# utility vehicle snowblower help



## kedz42 (Aug 7, 2007)

does anyone use or know of a utility vehicle that can use a snowblower attachment? lke jd gator or bobcat or kubota etc?


----------



## ALC-GregH (Nov 26, 2008)

I found this for a JD.








and this for a Bobcat.








Kubota doesn't make a snow blower for their RTV's.


----------



## 06Sierra (Nov 30, 2008)

As long as there is a mount made for the utility vehicle. Kimpex makes one that will attatch to Rhinos and the like. Not sure what they have for the John Deere type. As ALC posted above, I'm sure some mfgrs have their own blowers.


----------



## skywagon (Nov 13, 2008)

06Sierra;674772 said:


> As long as there is a mount made for the utility vehicle.
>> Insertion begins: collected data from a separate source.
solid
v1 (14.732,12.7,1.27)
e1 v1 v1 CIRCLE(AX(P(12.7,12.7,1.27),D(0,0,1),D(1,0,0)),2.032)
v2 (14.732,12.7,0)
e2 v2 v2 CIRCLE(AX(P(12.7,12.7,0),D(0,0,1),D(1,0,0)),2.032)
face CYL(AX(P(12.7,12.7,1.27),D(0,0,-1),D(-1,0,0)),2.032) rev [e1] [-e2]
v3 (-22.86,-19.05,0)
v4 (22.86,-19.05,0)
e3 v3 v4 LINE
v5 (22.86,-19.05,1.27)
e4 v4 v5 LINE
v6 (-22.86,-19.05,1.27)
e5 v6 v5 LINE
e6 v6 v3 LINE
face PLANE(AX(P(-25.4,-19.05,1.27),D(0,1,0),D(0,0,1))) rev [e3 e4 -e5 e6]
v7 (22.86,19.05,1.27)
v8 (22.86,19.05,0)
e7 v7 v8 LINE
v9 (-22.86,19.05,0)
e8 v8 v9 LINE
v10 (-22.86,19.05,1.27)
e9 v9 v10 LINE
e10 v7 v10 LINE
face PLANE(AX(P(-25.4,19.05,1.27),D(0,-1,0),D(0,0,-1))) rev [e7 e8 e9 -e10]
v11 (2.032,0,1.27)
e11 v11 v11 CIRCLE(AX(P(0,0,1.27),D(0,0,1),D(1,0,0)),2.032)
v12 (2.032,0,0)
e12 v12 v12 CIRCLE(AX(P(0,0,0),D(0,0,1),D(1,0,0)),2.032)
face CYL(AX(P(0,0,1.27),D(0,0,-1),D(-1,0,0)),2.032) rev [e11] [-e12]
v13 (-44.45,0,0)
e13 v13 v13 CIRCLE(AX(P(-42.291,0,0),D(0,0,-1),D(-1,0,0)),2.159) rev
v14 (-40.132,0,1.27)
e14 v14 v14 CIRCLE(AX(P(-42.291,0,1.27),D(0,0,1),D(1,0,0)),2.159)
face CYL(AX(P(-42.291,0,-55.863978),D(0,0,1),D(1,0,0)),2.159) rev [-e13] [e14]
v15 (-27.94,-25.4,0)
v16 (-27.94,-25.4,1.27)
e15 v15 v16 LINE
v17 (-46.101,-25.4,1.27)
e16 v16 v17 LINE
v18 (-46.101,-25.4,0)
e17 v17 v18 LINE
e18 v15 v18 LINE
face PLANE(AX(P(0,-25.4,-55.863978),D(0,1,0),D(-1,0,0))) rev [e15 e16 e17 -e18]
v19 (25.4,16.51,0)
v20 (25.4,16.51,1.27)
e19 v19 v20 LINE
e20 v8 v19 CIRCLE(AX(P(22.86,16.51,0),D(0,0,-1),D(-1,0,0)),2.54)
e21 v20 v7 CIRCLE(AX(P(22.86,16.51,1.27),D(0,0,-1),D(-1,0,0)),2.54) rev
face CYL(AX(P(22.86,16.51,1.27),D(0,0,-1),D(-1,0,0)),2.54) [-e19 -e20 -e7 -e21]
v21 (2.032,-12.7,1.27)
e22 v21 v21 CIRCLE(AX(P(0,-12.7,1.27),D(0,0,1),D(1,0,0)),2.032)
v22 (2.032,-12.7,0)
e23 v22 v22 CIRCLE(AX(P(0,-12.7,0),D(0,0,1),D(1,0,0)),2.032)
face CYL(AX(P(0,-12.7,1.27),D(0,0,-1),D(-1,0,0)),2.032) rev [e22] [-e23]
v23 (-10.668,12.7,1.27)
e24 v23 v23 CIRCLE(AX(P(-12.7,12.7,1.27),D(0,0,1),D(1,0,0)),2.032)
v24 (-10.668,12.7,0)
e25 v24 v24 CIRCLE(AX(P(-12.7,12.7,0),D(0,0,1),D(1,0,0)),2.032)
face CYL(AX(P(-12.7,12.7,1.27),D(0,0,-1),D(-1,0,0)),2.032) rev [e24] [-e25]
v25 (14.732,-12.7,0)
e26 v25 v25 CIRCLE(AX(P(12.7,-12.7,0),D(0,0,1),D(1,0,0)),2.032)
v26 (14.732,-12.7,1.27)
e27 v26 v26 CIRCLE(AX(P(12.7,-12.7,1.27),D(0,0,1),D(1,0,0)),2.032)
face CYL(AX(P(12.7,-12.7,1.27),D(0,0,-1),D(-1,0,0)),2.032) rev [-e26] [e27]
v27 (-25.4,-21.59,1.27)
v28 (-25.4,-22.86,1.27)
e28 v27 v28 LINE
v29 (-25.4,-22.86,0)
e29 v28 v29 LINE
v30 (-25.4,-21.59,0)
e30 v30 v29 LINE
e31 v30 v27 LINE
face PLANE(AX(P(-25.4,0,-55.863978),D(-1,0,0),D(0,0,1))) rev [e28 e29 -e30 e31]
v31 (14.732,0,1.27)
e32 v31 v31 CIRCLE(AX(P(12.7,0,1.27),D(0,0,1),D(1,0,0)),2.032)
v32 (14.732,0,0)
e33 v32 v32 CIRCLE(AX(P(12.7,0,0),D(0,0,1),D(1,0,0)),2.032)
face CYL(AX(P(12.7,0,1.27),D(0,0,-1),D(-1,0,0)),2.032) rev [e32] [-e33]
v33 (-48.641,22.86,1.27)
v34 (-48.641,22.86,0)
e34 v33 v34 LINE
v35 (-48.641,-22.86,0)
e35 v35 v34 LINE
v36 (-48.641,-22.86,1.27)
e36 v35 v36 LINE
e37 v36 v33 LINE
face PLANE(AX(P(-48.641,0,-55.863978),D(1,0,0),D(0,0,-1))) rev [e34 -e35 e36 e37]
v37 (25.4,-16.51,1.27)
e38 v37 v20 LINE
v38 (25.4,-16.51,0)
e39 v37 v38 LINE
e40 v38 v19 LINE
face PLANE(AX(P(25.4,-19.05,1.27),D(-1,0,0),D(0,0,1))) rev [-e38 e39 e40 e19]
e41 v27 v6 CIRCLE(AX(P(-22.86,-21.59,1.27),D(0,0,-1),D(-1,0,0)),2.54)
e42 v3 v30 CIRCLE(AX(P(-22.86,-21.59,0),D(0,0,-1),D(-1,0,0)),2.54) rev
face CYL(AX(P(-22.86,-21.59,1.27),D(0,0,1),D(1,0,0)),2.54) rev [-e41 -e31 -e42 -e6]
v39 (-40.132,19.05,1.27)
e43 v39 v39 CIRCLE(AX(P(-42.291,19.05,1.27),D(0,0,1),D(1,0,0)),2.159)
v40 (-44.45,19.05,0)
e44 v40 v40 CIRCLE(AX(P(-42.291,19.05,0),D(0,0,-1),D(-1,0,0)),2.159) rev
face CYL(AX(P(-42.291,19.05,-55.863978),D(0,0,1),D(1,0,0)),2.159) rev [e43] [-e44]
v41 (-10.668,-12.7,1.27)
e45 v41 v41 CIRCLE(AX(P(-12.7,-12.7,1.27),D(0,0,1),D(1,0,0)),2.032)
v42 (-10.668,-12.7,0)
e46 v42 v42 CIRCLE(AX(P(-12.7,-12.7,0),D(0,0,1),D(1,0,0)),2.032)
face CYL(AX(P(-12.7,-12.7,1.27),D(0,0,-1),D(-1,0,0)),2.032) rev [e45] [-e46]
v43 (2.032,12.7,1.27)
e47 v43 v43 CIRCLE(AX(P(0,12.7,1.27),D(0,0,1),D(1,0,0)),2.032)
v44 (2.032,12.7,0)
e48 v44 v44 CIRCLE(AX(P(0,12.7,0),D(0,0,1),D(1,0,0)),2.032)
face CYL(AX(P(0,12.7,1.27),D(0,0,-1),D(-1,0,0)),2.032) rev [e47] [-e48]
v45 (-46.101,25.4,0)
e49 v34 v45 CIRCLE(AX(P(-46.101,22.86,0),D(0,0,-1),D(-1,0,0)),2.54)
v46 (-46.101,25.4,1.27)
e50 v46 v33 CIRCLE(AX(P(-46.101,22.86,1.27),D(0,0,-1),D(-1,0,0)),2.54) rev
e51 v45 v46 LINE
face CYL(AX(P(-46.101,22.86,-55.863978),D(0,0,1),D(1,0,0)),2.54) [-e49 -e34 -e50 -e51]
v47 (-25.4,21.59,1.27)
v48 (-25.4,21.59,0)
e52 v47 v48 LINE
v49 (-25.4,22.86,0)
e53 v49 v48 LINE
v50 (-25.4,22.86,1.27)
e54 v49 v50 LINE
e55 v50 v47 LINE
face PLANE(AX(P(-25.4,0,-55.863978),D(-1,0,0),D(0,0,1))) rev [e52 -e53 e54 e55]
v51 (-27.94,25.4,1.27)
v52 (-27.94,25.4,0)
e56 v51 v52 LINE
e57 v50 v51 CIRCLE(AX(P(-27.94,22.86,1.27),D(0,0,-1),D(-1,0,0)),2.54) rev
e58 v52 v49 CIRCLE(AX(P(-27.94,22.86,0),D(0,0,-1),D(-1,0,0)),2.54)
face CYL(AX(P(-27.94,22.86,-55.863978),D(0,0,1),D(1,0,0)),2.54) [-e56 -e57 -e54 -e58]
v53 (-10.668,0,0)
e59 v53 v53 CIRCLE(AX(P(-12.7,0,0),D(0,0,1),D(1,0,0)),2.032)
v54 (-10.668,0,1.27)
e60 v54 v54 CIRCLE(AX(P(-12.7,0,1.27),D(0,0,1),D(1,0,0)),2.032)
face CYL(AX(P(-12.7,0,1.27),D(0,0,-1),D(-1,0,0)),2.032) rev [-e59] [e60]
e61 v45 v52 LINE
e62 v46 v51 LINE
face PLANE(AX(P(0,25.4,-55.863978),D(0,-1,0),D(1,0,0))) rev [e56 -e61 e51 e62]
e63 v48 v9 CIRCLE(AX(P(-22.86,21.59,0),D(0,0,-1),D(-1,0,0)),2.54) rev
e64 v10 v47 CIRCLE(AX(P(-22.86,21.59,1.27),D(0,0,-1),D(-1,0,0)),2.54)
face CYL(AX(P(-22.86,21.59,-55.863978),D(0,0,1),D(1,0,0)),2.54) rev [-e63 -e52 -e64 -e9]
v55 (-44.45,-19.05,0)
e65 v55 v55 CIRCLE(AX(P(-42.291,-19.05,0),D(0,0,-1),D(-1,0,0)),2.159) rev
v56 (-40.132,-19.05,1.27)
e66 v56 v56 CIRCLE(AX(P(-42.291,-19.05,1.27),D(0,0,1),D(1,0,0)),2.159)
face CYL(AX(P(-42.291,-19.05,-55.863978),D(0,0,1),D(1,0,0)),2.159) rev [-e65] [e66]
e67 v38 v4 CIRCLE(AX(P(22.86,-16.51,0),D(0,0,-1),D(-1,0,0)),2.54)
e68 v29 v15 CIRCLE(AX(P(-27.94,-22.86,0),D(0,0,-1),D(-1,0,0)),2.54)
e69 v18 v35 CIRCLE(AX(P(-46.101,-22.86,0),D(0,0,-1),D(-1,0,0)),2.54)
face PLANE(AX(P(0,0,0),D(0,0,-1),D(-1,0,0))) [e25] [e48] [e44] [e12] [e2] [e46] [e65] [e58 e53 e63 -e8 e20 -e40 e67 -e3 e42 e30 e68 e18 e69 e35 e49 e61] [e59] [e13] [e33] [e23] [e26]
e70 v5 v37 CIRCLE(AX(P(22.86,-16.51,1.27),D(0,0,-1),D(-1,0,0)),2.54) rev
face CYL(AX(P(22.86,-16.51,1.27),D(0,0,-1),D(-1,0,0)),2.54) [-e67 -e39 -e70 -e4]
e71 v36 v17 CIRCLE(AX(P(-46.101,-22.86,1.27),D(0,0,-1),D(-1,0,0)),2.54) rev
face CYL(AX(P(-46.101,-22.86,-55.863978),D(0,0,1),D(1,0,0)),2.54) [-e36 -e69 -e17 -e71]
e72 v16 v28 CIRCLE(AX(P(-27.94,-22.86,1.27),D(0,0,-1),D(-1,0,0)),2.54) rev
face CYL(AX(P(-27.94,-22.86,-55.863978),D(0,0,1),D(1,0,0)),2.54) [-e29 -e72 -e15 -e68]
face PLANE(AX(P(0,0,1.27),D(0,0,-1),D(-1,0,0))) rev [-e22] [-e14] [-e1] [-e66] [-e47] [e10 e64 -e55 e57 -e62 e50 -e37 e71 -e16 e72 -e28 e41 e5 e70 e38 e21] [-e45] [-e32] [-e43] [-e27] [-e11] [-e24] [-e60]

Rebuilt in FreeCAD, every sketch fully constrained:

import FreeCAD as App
import Part
import Sketcher

V = App.Vector
Q = App.Units.Quantity


def edges_at(feature, points):
    """Names of the edges that pass closest to the given points."""
    edges = feature.Shape.Edges
    near = lambda p: min(range(len(edges)), key=lambda i: edges[i].distToShape(Part.Vertex(*p))[0])
    return sorted({f"Edge{near(p) + 1}" for p in points})


def add_polygon(sketch, points):
    """Adds a closed chain of lines whose ends are joined by coincident constraints."""
    first, n = sketch.GeometryCount, len(points)
    for a, b in zip(points, points[1:] + points[:1]):
        sketch.addGeometry(Part.LineSegment(App.Vector(*a, 0), App.Vector(*b, 0)), False)
    for i in range(n):
        sketch.addConstraint(Sketcher.Constraint("Coincident", first + i, 2, first + (i + 1) % n, 1))

doc = App.newDocument("Part")
params = doc.addObject("Spreadsheet::Sheet", "Params")
for row, (alias, value) in enumerate([
    ("sketch1_diameter", "0.16 in"),
    ("sketch1_width", "2 in"),
    ("sketch1_height", "1.5 in"),
    ("pad1_length", "0.05 in"),
    ("fillet_radius", "0.1 in"),
    ("sketch2_diameter", "0.17 in"),
    ("sketch2_height", "2 in"),
    ("sketch2_width", "0.915 in"),
    ("pad2_length", "0.05 in"),
    ("fillet2_radius", "0.1 in"),
], start=1):
    params.set(f"A{row}", alias)
    params.set(f"B{row}", "=" + value)
    params.setAlias(f"B{row}", alias)

body = doc.addObject("PartDesign::Body", "Body")

sketch1 = doc.addObject("Sketcher::SketchObject", "Sketch")
body.addObject(sketch1)
sketch1.AttachmentSupport = (doc.XY_Plane, [""])
sketch1.MapMode = "FlatFace"
add_polygon(sketch1, [(-25.4, 19.1), (-25.4, -19.1), (25.4, -19.1), (25.4, 19.1)])
sketch1.addGeometry(Part.Circle(V(-12.7, -12.7, 0), V(0, 0, 1), 2), False)
sketch1.addGeometry(Part.Circle(V(0, -12.7, 0), V(0, 0, 1), 2), False)
sketch1.addGeometry(Part.Circle(V(-12.7, 0, 0), V(0, 0, 1), 2), False)
sketch1.addGeometry(Part.Circle(V(0, 0, 0), V(0, 0, 1), 2), False)
sketch1.addGeometry(Part.Circle(V(12.7, -12.7, 0), V(0, 0, 1), 2), False)
sketch1.addGeometry(Part.Circle(V(12.7, 0, 0), V(0, 0, 1), 2), False)
sketch1.addGeometry(Part.Circle(V(-12.7, 12.7, 0), V(0, 0, 1), 2), False)
sketch1.addGeometry(Part.Circle(V(0, 12.7, 0), V(0, 0, 1), 2), False)
sketch1.addGeometry(Part.Circle(V(12.7, 12.7, 0), V(0, 0, 1), 2), False)
sketch1.addConstraint([
    Sketcher.Constraint("Vertical", 0),
    Sketcher.Constraint("Horizontal", 1),
    Sketcher.Constraint("Vertical", 2),
    Sketcher.Constraint("Horizontal", 3),
    Sketcher.Constraint("Coincident", 7, 3, -1, 1),
    Sketcher.Constraint("Equal", 4, 5),
    Sketcher.Constraint("Equal", 5, 6),
    Sketcher.Constraint("Equal", 6, 7),
    Sketcher.Constraint("Equal", 7, 8),
    Sketcher.Constraint("Equal", 8, 9),
    Sketcher.Constraint("Equal", 9, 10),
    Sketcher.Constraint("Equal", 10, 11),
    Sketcher.Constraint("Equal", 11, 12),
    Sketcher.Constraint("Symmetric", 6, 3, 9, 3, -1, 1),
    Sketcher.Constraint("Symmetric", 8, 3, 10, 3, -1, 1),
    Sketcher.Constraint("Symmetric", 5, 3, 11, 3, -1, 1),
    Sketcher.Constraint("Symmetric", 4, 3, 12, 3, -1, 1),
    Sketcher.Constraint("Symmetric", 0, 2, 2, 2, -1, 1),
    Sketcher.Constraint("Symmetric", 4, 3, 8, 3, -2),
    Sketcher.Constraint("PointOnObject", 5, 3, -2),
    Sketcher.Constraint("PointOnObject", 6, 3, -1),
    Sketcher.Constraint("Horizontal", 4, 3, 5, 3),
    Sketcher.Constraint("Vertical", 4, 3, 6, 3),
    Sketcher.Constraint("Diameter", 4, Q("0.16 in")),
    Sketcher.Constraint("DistanceX", 1, 1, 1, 2, Q("2 in")),
    Sketcher.Constraint("DistanceY", 0, 2, 0, 1, Q("1.5 in")),
    Sketcher.Constraint("DistanceX", 4, 3, 8, 3, Q("1 in")),
    Sketcher.Constraint("DistanceY", 4, 3, 10, 3, Q("1 in")),
])
sketch1.setExpression("Constraints[27]", "Params.sketch1_diameter")
sketch1.setExpression("Constraints[28]", "Params.sketch1_width")
sketch1.setExpression("Constraints[29]", "Params.sketch1_height")
pad1 = doc.addObject("PartDesign::Pad", "Pad")
body.addObject(pad1)
pad1.Profile = sketch1
pad1.setExpression("Length", "Params.pad1_length")
doc.recompute()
Kimpex makes one that will attatch to Rhinos and the like. Not sure what they have for the John Deere type. As ALC posted above, I'm sure some mfgrs have their own blowers.


Here you go!!!

http://www.jimsrepairjimstractors.com/atv-snowblower.htm

prsportprsportprsport


----------



## 06Sierra (Nov 30, 2008)

I like the new mount compared to the one I have for my blower!!


----------



## skywagon (Nov 13, 2008)

06Sierra;674897 said:


> I like the new mount compared to the one I have for my blower!!


I like the 60 inch blower on the back of my John Deere tractor as we can leave the loader bucket on also, nice for big snow because you don't need to have a place to push it and pile it.


----------